**Work required:** Give the number of lines in the entries that contain "axis". State only the count.

START Given entries

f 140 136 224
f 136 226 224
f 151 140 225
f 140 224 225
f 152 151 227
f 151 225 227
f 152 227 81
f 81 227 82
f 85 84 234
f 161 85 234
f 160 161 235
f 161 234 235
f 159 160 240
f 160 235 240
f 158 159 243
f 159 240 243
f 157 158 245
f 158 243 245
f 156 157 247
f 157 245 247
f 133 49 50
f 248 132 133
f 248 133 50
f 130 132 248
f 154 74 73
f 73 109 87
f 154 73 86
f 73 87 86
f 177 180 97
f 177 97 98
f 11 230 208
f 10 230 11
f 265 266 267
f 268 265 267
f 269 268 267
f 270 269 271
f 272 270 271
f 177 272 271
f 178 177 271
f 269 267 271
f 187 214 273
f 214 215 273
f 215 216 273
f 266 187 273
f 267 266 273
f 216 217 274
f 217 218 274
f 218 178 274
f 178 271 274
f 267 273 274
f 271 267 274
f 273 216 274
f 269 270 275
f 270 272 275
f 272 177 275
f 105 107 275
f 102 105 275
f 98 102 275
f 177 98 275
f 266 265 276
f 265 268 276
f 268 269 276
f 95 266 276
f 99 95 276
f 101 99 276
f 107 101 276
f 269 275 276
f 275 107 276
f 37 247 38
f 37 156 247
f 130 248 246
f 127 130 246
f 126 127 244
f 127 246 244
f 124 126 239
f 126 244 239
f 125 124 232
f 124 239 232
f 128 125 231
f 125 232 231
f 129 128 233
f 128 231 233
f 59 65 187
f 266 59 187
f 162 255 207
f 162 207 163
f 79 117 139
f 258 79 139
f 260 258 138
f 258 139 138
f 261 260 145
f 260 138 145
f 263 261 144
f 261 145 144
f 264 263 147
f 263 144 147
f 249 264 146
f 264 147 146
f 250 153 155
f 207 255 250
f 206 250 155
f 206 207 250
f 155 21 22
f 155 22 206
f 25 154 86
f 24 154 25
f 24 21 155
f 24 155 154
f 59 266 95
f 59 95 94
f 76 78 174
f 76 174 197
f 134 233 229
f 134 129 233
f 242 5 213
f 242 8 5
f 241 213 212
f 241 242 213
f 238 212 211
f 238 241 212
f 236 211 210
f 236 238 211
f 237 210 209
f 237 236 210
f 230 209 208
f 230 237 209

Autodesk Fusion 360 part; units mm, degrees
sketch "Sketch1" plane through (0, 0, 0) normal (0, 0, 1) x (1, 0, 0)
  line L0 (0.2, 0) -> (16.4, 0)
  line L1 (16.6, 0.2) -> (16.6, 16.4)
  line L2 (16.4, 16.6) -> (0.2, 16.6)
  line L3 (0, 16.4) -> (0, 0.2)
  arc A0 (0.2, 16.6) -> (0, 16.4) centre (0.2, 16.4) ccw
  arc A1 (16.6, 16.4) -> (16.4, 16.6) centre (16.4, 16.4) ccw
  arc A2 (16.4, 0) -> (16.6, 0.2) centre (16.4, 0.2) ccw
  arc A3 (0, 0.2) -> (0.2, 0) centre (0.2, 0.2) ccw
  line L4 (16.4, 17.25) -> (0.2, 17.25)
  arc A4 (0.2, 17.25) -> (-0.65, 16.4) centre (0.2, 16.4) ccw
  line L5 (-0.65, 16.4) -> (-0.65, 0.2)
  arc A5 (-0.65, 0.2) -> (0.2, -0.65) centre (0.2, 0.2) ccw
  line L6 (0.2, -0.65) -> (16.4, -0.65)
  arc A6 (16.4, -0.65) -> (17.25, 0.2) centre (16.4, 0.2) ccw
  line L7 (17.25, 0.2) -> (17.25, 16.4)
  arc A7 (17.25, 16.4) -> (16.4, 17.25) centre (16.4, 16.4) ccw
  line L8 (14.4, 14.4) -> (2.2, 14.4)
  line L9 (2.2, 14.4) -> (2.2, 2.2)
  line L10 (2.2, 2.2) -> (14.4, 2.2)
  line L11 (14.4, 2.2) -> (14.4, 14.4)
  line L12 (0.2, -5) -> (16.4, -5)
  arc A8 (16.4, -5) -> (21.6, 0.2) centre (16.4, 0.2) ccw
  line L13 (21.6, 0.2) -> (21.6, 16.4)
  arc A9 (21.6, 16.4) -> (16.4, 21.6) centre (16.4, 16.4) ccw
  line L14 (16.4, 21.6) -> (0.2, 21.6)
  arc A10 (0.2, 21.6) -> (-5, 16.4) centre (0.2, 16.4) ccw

END Given entries
START Given entries

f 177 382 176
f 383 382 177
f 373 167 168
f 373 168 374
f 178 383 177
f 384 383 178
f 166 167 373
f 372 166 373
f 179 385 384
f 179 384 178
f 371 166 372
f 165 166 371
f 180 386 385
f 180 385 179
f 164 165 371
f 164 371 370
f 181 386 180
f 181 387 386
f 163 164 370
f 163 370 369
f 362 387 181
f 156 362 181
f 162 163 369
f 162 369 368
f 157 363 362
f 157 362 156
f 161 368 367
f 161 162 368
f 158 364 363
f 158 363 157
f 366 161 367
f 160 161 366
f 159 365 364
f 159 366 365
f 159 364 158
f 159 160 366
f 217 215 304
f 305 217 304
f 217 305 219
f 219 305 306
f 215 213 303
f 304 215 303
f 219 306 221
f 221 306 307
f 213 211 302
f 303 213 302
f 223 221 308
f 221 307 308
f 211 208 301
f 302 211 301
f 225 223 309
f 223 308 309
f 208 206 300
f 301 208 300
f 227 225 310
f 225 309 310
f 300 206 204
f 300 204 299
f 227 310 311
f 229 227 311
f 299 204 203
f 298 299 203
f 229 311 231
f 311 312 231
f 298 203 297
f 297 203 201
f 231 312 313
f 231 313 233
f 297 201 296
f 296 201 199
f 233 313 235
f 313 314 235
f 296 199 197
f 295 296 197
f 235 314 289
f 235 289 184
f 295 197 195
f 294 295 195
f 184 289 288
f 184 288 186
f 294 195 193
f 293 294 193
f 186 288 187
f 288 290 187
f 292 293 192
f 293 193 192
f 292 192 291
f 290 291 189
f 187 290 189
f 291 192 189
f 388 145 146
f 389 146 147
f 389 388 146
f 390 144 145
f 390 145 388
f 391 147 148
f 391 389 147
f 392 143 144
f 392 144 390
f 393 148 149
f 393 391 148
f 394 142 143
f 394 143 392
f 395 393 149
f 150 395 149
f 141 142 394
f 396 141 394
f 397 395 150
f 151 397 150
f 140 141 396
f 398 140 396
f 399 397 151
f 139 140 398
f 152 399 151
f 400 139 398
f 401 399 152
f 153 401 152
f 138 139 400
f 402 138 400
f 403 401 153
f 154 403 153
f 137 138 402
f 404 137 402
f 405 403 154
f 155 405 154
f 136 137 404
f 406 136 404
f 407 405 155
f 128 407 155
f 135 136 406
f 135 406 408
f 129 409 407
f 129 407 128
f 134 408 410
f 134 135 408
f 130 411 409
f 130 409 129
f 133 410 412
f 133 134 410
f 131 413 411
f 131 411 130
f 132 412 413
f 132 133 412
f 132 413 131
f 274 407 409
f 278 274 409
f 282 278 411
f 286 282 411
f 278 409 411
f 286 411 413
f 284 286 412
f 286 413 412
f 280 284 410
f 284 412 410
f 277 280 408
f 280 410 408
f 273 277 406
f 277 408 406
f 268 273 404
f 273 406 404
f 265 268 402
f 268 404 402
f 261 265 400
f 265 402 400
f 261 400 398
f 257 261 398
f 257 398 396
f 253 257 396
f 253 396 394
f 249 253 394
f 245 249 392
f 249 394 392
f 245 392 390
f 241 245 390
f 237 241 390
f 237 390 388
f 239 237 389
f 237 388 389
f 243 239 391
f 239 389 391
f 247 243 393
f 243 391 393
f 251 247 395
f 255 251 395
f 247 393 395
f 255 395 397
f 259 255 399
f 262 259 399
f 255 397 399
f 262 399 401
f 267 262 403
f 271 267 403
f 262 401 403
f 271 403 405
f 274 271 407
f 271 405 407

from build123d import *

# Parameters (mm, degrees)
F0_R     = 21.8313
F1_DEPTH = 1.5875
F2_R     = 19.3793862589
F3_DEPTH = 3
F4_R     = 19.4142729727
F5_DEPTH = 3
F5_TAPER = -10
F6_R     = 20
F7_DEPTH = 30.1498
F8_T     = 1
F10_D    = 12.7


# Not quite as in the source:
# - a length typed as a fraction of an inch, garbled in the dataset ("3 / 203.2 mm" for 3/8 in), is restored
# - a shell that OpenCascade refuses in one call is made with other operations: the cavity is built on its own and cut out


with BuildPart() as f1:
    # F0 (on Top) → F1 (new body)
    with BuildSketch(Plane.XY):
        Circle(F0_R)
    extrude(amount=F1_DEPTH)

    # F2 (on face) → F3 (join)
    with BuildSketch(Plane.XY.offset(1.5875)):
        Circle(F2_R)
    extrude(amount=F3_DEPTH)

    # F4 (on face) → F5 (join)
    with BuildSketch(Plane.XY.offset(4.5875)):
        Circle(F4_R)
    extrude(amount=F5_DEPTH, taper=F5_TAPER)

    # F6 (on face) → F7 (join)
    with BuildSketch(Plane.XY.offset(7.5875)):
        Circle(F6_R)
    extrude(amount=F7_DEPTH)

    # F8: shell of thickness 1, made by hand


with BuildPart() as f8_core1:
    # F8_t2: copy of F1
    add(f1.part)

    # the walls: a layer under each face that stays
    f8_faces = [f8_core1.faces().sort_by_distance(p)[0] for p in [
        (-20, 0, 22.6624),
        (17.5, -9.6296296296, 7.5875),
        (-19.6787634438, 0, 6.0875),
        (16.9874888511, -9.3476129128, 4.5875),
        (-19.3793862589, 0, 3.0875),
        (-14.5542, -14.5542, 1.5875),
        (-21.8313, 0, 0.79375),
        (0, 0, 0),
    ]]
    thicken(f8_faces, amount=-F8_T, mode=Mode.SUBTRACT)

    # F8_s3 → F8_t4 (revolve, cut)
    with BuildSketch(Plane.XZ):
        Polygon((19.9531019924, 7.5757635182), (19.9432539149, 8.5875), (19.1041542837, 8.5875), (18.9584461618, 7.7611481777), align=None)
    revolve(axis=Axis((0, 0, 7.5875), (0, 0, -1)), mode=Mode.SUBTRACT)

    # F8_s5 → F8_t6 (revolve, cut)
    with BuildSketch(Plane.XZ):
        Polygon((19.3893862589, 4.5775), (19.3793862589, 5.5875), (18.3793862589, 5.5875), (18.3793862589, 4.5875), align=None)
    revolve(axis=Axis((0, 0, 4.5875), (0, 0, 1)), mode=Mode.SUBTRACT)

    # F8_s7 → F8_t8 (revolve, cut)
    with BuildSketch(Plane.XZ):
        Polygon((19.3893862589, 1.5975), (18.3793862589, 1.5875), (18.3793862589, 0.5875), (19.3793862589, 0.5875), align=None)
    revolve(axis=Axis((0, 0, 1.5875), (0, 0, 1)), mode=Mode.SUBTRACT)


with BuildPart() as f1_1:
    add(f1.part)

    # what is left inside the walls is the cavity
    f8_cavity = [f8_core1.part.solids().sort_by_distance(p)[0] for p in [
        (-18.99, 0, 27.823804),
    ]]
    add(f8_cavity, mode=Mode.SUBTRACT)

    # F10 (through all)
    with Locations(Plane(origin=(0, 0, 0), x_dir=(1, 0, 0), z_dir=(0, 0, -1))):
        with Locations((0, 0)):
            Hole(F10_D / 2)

END Given entries

**Response:** 3